● **TASK BRIEF**: Transcribe the data below verbatim from the line with "#175=ORIENTED_EDGE('',*,*,#31,.F.);" to the line with "END-ISO-10303-21;". Include both of those lines.

****

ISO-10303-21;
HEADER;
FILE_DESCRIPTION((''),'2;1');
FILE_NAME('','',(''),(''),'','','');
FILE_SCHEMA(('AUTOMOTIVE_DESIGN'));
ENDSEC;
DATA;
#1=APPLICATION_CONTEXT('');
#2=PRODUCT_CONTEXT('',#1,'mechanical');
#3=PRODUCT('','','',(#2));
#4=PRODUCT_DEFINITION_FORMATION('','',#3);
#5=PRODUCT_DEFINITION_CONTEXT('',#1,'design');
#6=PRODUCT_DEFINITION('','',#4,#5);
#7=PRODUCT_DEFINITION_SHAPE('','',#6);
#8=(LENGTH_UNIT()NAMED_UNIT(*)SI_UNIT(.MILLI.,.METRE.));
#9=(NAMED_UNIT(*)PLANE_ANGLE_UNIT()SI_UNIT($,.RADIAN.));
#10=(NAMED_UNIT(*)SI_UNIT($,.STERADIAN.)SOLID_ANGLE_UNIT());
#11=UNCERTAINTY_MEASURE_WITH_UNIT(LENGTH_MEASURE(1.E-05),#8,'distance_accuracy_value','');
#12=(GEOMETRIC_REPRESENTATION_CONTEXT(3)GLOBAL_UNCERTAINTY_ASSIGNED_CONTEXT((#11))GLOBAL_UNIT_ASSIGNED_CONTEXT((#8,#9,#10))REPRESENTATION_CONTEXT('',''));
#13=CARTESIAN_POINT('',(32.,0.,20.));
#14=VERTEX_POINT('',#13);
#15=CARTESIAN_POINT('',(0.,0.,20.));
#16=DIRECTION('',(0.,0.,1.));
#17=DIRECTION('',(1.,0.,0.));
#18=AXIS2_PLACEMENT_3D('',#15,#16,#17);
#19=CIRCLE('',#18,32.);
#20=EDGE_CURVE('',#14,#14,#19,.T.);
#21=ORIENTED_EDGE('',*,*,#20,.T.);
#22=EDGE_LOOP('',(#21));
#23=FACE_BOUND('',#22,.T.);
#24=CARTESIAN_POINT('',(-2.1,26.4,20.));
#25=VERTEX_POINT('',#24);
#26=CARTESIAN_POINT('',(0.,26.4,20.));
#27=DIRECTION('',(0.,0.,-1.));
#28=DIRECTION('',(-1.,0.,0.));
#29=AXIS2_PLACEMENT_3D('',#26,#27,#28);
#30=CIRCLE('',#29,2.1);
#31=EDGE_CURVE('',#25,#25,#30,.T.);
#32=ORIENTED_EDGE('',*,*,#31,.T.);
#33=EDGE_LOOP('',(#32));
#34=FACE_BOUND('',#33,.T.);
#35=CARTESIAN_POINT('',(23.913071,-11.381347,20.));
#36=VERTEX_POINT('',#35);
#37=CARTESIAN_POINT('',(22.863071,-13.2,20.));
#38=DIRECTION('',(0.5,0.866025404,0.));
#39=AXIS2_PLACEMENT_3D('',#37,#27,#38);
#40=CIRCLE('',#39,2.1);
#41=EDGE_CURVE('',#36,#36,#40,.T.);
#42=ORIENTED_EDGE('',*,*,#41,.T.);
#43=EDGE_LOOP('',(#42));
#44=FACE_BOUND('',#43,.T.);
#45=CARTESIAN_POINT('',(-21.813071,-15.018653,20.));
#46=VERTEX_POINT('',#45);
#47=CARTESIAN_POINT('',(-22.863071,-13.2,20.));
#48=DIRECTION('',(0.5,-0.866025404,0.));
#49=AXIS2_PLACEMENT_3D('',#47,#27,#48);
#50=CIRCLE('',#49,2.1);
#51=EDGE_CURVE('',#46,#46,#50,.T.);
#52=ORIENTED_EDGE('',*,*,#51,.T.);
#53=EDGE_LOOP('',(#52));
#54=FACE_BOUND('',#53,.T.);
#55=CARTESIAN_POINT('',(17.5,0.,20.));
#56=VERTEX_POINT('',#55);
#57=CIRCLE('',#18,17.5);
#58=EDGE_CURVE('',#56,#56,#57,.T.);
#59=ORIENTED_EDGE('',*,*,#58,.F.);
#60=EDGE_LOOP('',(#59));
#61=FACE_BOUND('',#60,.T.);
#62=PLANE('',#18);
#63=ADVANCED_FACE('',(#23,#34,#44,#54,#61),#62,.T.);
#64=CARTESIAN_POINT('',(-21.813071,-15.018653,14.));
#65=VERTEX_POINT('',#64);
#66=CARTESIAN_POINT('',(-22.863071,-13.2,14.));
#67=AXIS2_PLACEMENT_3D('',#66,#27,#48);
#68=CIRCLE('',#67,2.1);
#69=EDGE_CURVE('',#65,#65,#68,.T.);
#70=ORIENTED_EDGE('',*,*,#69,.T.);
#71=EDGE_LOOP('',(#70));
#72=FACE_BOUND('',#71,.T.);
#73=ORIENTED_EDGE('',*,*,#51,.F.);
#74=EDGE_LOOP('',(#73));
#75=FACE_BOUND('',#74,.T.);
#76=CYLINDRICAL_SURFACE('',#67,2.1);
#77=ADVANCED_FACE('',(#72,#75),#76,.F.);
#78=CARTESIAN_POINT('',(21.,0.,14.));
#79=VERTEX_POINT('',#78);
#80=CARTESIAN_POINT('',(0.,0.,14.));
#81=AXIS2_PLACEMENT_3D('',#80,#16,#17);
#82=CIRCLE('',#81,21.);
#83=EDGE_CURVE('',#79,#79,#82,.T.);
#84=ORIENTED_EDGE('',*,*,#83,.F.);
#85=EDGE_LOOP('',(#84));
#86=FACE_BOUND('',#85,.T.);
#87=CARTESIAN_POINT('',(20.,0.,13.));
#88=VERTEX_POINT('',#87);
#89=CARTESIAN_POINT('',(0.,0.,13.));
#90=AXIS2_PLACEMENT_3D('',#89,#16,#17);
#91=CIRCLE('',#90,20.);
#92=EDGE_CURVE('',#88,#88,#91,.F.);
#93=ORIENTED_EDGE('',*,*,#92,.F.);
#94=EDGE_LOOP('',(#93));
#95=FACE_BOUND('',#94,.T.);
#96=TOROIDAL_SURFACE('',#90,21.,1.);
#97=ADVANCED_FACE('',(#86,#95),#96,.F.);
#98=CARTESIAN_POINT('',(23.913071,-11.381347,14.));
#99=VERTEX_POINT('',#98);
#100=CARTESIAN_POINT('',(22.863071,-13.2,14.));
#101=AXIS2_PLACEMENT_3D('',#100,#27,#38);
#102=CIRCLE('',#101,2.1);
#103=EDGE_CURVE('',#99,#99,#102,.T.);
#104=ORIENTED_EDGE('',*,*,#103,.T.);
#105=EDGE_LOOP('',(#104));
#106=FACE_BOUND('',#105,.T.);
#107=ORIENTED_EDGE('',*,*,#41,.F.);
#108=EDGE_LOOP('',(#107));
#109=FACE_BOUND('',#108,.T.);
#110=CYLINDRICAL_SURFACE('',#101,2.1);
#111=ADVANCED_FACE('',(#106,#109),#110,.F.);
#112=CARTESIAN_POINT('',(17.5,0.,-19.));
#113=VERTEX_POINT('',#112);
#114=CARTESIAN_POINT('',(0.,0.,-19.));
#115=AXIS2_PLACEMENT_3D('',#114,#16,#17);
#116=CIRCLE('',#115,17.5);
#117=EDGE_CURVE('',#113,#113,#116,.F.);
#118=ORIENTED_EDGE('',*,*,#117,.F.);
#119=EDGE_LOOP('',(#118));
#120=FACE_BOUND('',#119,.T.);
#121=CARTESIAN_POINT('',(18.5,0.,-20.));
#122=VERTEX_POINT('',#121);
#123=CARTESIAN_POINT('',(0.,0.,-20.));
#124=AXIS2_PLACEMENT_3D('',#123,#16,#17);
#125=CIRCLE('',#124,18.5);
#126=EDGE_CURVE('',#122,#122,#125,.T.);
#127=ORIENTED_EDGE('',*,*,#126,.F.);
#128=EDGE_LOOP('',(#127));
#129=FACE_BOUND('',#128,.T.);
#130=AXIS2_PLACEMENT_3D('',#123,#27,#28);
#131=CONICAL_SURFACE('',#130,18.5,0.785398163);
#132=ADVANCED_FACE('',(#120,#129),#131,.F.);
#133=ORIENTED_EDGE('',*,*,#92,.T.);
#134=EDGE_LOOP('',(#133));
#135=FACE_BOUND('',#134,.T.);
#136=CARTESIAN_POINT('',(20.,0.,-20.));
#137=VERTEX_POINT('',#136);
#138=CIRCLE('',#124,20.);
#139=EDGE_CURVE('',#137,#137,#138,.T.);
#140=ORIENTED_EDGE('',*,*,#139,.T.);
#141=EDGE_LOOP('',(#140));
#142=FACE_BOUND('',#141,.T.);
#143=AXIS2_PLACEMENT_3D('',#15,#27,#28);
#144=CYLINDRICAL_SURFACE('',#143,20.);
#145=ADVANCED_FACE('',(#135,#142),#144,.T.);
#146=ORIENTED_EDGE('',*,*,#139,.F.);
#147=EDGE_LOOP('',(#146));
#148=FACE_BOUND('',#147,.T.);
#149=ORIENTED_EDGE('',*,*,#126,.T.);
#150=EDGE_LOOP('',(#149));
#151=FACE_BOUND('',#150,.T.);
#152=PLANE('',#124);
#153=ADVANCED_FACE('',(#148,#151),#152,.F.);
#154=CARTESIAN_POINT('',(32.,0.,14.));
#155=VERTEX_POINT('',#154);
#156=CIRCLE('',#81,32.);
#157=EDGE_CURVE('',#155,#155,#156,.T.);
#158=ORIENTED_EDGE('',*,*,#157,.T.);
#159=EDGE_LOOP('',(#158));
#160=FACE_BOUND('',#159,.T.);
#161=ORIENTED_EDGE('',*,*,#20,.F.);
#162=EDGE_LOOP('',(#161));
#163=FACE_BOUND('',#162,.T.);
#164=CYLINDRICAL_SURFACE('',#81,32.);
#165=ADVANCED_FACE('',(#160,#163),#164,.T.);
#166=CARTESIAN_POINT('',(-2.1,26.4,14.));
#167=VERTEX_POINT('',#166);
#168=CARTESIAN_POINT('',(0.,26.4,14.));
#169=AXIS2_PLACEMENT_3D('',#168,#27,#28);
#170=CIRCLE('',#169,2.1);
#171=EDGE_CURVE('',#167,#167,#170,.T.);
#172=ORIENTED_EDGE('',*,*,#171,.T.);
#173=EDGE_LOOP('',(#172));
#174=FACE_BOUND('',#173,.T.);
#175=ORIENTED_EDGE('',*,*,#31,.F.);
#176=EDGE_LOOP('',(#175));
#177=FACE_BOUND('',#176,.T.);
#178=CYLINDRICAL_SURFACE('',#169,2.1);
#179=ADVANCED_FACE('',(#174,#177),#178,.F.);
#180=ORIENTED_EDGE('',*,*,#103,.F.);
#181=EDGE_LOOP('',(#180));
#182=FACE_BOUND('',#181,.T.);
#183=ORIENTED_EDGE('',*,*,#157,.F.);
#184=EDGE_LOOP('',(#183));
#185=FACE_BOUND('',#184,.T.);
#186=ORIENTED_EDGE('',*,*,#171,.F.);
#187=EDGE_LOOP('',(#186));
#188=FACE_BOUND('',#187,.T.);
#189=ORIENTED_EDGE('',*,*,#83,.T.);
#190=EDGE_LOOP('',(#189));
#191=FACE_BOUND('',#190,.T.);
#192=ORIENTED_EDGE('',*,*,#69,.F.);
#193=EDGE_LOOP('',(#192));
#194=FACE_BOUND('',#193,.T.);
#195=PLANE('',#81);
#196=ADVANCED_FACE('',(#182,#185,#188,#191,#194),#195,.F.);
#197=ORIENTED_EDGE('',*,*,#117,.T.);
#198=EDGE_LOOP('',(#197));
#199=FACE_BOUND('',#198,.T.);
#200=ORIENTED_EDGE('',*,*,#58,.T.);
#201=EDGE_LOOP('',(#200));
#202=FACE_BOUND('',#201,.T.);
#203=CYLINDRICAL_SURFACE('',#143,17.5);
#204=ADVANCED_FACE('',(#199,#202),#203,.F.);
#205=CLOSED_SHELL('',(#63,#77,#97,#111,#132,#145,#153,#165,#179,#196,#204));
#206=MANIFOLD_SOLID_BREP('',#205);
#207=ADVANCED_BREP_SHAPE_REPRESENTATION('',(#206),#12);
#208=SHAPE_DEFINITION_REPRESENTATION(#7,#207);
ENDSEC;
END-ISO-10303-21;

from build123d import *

# Parameters (mm, degrees)
SKETCH1_R           = 20
SKETCH1_R_2         = 17.5
BOSS_EXTRUDE1_DEPTH = 20
SKETCH2_R           = 32
SKETCH2_R_2         = 20
BOSS_EXTRUDE2_DEPTH = 6
SKETCH4_W           = 2.1
SKETCH4_H           = 6
CIRPATTERN1_COUNT   = 3
CHAMFER1_SIZE       = 1
FILLET3_R           = 1


with BuildPart() as part:
    # Sketch1 → Boss-Extrude1 (new body, symmetric)
    with BuildSketch(Plane.XY):
        Circle(SKETCH1_R)
        Circle(SKETCH1_R_2, mode=Mode.SUBTRACT)
    extrude(amount=BOSS_EXTRUDE1_DEPTH, both=True)

    # Chamfer1
    chamfer1_edges = [part.edges().sort_by_distance(p)[0] for p in [
        (-17.5, 0, -20),
    ]]
    chamfer(chamfer1_edges, length=CHAMFER1_SIZE)


with BuildPart() as body_2:
    # Sketch2 → Boss-Extrude2 (new body)
    with BuildSketch(Plane.XY.offset(20)):
        Circle(SKETCH2_R)
        Circle(SKETCH2_R_2, mode=Mode.SUBTRACT)
    extrude(amount=-BOSS_EXTRUDE2_DEPTH)

    # Sketch4 → M5 Tapped Hole1 (revolve, cut)
    with BuildSketch(Plane(origin=(0, 26.4, 14), x_dir=(0, 1, 0), z_dir=(1, 0, 0))):
        with Locations((1.05, 3)):
            Rectangle(SKETCH4_W, SKETCH4_H)
    m5_tapped_hole1 = revolve(axis=Axis((0, 26.4, 7.65), (0, 0, 1)), mode=Mode.SUBTRACT)

    # CirPattern1: M5 Tapped Hole1 ×3 about axis
    cirpattern1_axis = Axis((0, 0, 0), (0, 0, 1))
    for i in range(1, CIRPATTERN1_COUNT):
        add(m5_tapped_hole1.rotate(cirpattern1_axis, i * 360 / CIRPATTERN1_COUNT), mode=Mode.SUBTRACT)


with BuildPart() as part_1:
    add(part.part)

    # Combine1: union body 2
    add(body_2.part)

    # Fillet3
    fillet3_edges = [part_1.edges().sort_by_distance(p)[0] for p in [
        (-20, 0, 14),
    ]]
    fillet(fillet3_edges, radius=FILLET3_R)


solid = part_1.part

****

● **TASK ANSWER**:
#175=ORIENTED_EDGE('',*,*,#31,.F.);
#176=EDGE_LOOP('',(#175));
#177=FACE_BOUND('',#176,.T.);
#178=CYLINDRICAL_SURFACE('',#169,2.1);
#179=ADVANCED_FACE('',(#174,#177),#178,.F.);
#180=ORIENTED_EDGE('',*,*,#103,.F.);
#181=EDGE_LOOP('',(#180));
#182=FACE_BOUND('',#181,.T.);
#183=ORIENTED_EDGE('',*,*,#157,.F.);
#184=EDGE_LOOP('',(#183));
#185=FACE_BOUND('',#184,.T.);
#186=ORIENTED_EDGE('',*,*,#171,.F.);
#187=EDGE_LOOP('',(#186));
#188=FACE_BOUND('',#187,.T.);
#189=ORIENTED_EDGE('',*,*,#83,.T.);
#190=EDGE_LOOP('',(#189));
#191=FACE_BOUND('',#190,.T.);
#192=ORIENTED_EDGE('',*,*,#69,.F.);
#193=EDGE_LOOP('',(#192));
#194=FACE_BOUND('',#193,.T.);
#195=PLANE('',#81);
#196=ADVANCED_FACE('',(#182,#185,#188,#191,#194),#195,.F.);
#197=ORIENTED_EDGE('',*,*,#117,.T.);
#198=EDGE_LOOP('',(#197));
#199=FACE_BOUND('',#198,.T.);
#200=ORIENTED_EDGE('',*,*,#58,.T.);
#201=EDGE_LOOP('',(#200));
#202=FACE_BOUND('',#201,.T.);
#203=CYLINDRICAL_SURFACE('',#143,17.5);
#204=ADVANCED_FACE('',(#199,#202),#203,.F.);
#205=CLOSED_SHELL('',(#63,#77,#97,#111,#132,#145,#153,#165,#179,#196,#204));
#206=MANIFOLD_SOLID_BREP('',#205);
#207=ADVANCED_BREP_SHAPE_REPRESENTATION('',(#206),#12);
#208=SHAPE_DEFINITION_REPRESENTATION(#7,#207);
ENDSEC;
END-ISO-10303-21;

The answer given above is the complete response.